◆ Exercise goal ◆
Given the material below, return only the lines starting at the line with "-33.879419256), (-21.587390027, -36.678865361))" and ending at the line with "v -12.101 -28.222 47.259", exactly as they appear.

============

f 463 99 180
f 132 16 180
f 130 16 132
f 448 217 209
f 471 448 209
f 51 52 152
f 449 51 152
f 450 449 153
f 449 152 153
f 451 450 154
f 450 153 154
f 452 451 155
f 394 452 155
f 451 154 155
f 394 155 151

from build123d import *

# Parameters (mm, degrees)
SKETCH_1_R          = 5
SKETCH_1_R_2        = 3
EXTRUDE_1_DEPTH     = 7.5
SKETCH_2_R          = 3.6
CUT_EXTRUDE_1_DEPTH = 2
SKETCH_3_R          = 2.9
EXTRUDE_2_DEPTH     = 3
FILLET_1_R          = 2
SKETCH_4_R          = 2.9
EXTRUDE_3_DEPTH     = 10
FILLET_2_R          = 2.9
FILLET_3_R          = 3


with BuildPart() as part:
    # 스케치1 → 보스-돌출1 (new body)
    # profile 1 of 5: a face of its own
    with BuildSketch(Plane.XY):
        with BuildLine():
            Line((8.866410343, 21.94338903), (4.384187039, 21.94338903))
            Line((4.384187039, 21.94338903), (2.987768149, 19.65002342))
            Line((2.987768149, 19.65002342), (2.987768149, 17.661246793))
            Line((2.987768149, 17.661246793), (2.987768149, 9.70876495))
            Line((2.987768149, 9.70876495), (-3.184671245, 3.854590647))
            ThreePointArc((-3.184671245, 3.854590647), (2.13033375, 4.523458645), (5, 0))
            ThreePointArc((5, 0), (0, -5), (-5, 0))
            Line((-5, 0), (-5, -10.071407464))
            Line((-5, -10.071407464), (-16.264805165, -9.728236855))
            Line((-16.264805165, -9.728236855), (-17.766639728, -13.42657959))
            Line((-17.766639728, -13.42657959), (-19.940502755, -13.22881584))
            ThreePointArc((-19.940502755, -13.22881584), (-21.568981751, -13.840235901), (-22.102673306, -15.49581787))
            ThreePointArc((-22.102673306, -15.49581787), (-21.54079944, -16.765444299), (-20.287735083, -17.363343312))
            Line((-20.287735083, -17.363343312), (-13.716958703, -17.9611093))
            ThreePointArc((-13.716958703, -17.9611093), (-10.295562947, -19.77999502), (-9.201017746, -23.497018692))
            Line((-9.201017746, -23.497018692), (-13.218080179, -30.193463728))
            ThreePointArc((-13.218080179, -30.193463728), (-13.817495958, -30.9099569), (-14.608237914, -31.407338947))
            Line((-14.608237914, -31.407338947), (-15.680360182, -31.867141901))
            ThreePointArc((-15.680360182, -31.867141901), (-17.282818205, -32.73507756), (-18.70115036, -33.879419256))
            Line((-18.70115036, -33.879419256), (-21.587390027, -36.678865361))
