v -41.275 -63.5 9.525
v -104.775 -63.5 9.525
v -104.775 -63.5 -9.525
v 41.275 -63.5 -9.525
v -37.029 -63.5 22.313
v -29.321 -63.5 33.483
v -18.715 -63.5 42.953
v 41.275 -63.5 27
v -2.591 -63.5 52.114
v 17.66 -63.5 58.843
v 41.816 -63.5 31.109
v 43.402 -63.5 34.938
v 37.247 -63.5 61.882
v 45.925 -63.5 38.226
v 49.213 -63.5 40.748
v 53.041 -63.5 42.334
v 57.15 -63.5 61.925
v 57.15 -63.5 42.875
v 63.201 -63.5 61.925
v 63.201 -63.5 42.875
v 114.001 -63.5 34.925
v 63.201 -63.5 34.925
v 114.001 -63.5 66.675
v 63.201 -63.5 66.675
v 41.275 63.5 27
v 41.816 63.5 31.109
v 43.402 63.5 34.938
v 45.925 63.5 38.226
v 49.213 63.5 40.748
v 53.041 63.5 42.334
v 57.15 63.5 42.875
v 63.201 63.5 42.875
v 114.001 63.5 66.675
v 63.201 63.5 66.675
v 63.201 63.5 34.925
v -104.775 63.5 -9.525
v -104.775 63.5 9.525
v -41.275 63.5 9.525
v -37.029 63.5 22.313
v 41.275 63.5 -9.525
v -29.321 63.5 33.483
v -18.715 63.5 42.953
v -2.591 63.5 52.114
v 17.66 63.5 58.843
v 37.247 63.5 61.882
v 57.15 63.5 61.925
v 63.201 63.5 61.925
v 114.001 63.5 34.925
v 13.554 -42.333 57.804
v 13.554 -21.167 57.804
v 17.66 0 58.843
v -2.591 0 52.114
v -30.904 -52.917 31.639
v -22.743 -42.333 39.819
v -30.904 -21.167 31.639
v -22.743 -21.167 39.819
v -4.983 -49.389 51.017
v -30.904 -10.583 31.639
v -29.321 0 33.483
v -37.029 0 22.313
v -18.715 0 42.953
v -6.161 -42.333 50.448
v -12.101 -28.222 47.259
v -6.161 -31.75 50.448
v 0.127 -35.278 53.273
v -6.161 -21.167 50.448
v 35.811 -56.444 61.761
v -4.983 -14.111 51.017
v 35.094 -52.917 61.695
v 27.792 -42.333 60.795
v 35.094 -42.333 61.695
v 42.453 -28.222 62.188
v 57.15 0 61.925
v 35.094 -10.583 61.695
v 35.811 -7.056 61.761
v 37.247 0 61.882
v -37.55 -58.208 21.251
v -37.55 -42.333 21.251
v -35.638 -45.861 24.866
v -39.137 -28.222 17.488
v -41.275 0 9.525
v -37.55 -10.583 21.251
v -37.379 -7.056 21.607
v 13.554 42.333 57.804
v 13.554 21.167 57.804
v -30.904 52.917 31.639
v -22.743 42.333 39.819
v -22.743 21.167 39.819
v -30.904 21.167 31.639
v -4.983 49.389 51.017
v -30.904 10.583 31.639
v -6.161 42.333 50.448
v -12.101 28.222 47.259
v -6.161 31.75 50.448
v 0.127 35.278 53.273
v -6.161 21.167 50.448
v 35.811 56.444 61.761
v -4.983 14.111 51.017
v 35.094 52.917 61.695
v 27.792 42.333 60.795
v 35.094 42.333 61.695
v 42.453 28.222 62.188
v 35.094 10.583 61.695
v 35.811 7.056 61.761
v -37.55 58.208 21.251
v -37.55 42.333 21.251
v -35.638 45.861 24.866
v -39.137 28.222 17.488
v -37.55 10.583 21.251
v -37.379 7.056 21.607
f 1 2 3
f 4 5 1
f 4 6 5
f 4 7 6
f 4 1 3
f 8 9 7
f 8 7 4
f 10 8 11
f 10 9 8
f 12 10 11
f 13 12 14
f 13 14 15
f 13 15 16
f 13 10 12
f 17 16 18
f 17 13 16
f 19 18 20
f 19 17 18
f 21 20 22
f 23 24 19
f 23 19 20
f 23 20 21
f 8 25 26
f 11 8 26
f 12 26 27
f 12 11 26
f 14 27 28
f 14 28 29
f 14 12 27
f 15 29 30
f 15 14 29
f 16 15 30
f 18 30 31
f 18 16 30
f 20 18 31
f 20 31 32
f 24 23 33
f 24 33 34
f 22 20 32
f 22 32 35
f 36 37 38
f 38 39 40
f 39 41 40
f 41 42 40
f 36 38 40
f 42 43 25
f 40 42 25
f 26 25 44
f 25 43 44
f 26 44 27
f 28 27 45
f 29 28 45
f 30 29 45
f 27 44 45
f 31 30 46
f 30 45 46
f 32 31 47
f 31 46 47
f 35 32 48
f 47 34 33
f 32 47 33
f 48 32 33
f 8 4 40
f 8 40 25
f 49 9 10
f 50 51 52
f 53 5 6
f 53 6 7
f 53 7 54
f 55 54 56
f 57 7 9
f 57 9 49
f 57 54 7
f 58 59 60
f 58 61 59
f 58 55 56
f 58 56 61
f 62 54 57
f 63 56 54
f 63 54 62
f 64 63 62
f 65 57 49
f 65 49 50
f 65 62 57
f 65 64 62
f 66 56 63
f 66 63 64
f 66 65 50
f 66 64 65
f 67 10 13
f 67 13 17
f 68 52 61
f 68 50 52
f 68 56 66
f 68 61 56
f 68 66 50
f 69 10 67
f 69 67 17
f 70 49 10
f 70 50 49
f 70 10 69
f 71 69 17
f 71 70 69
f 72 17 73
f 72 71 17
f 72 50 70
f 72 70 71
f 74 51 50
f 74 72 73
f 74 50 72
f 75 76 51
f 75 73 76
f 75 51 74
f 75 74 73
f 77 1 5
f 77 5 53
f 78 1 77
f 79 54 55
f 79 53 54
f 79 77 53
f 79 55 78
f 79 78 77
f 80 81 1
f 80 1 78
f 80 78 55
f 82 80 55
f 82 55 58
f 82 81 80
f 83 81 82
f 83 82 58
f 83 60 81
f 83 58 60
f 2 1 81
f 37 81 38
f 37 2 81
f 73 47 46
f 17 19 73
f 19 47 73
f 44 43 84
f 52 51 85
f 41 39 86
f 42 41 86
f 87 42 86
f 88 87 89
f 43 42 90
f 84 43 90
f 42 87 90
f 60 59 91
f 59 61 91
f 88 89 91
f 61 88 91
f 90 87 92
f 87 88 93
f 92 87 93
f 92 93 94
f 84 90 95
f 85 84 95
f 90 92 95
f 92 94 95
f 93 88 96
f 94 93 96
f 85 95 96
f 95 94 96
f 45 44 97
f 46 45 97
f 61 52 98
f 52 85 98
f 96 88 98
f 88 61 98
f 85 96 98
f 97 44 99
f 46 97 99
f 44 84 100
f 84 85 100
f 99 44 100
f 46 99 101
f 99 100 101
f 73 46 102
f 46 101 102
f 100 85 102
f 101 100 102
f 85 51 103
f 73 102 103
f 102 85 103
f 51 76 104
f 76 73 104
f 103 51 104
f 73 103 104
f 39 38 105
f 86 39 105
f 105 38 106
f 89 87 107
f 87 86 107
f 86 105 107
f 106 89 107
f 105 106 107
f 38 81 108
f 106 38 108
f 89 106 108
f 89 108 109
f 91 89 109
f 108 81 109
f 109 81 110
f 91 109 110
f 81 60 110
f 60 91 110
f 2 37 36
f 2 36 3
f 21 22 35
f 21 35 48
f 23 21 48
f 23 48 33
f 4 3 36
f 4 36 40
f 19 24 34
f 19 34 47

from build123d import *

# Parameters (mm, degrees)
F1_DEPTH = 63.5
F2_DEPTH = 63.5
F3_DEPTH = 63.5


with BuildPart() as f1:
    # F0 (on Front) → F1 (new body, symmetric)
    with BuildSketch(Plane.XZ):
        Polygon((-41.275, 9.525), (-41.275, -9.525), (41.275, -9.525), (41.275, 9.525), (22.225, 9.525), align=None)
    extrude(amount=F1_DEPTH, both=True)

    # F0 (on Front) → F2 (join, symmetric)
    with BuildSketch(Plane.XZ):
        Polygon((-41.275, 9.525), (-41.275, -9.525), (41.275, -9.525), (41.275, 9.525), (22.225, 9.525), align=None)
        with BuildLine():
            add(Edge.make_bspline(
                [(-41.275, 9.525), (-35.113391, 45.455925), (13.393071, 65.25448), (57.15, 61.9252)],
                knots=[0, 0, 0, 0, 111.504536, 111.504536, 111.504536, 111.504536], degree=3))
            Line((-41.275, 9.525), (22.225, 9.525))
            Line((22.225, 9.525), (22.225, 27.0002))
            ThreePointArc((22.225, 27.0002), (32.454296, 51.695904), (57.15, 61.9252))
        make_face()
        with BuildLine():
            Line((22.225, 9.525), (41.275, 9.525))
            Line((41.275, 9.525), (41.275, 27.0002))
            ThreePointArc((41.275, 27.0002), (45.92468, 38.22552), (57.15, 42.8752))
            Line((57.15, 42.8752), (63.200993, 42.8752))
            Line((63.200993, 42.8752), (63.200993, 61.9252))
            Line((63.200993, 61.9252), (57.15, 61.9252))
            ThreePointArc((57.15, 61.9252), (32.454296, 51.695904), (22.225, 27.0002))
            Line((22.225, 27.0002), (22.225, 9.525))
        make_face()
        Polygon((63.200993, 66.675), (63.200993, 61.9252), (63.200993, 42.8752), (87.960352, 42.8752), (88.600993, 66.675), align=None)
        Polygon((87.960352, 42.8752), (63.200993, 42.8752), (63.200993, 34.925), (114.000993, 34.925), (114.000993, 66.675), (88.600993, 66.675), align=None)
    extrude(amount=F2_DEPTH, both=True)

    # F1_face (on face) → F3 (join, symmetric)
    with BuildSketch(Plane(origin=(-41.275, 0, 0), x_dir=(0, -1, 0), z_dir=(-1, 0, 0))):
        Polygon((-63.5, 9.525), (-63.5, -9.525), (63.5, -9.525), (63.5, 9.525), (0, 9.525), align=None)
    extrude(amount=F3_DEPTH, both=True)


solid = f1.part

============

◆ Result below ◆
            Line((-18.70115036, -33.879419256), (-21.587390027, -36.678865361))
v -41.275 -63.5 9.525
v -104.775 -63.5 9.525
v -104.775 -63.5 -9.525
v 41.275 -63.5 -9.525
v -37.029 -63.5 22.313
v -29.321 -63.5 33.483
v -18.715 -63.5 42.953
v 41.275 -63.5 27
v -2.591 -63.5 52.114
v 17.66 -63.5 58.843
v 41.816 -63.5 31.109
v 43.402 -63.5 34.938
v 37.247 -63.5 61.882
v 45.925 -63.5 38.226
v 49.213 -63.5 40.748
v 53.041 -63.5 42.334
v 57.15 -63.5 61.925
v 57.15 -63.5 42.875
v 63.201 -63.5 61.925
v 63.201 -63.5 42.875
v 114.001 -63.5 34.925
v 63.201 -63.5 34.925
v 114.001 -63.5 66.675
v 63.201 -63.5 66.675
v 41.275 63.5 27
v 41.816 63.5 31.109
v 43.402 63.5 34.938
v 45.925 63.5 38.226
v 49.213 63.5 40.748
v 53.041 63.5 42.334
v 57.15 63.5 42.875
v 63.201 63.5 42.875
v 114.001 63.5 66.675
v 63.201 63.5 66.675
v 63.201 63.5 34.925
v -104.775 63.5 -9.525
v -104.775 63.5 9.525
v -41.275 63.5 9.525
v -37.029 63.5 22.313
v 41.275 63.5 -9.525
v -29.321 63.5 33.483
v -18.715 63.5 42.953
v -2.591 63.5 52.114
v 17.66 63.5 58.843
v 37.247 63.5 61.882
v 57.15 63.5 61.925
v 63.201 63.5 61.925
v 114.001 63.5 34.925
v 13.554 -42.333 57.804
v 13.554 -21.167 57.804
v 17.66 0 58.843
v -2.591 0 52.114
v -30.904 -52.917 31.639
v -22.743 -42.333 39.819
v -30.904 -21.167 31.639
v -22.743 -21.167 39.819
v -4.983 -49.389 51.017
v -30.904 -10.583 31.639
v -29.321 0 33.483
v -37.029 0 22.313
v -18.715 0 42.953
v -6.161 -42.333 50.448
v -12.101 -28.222 47.259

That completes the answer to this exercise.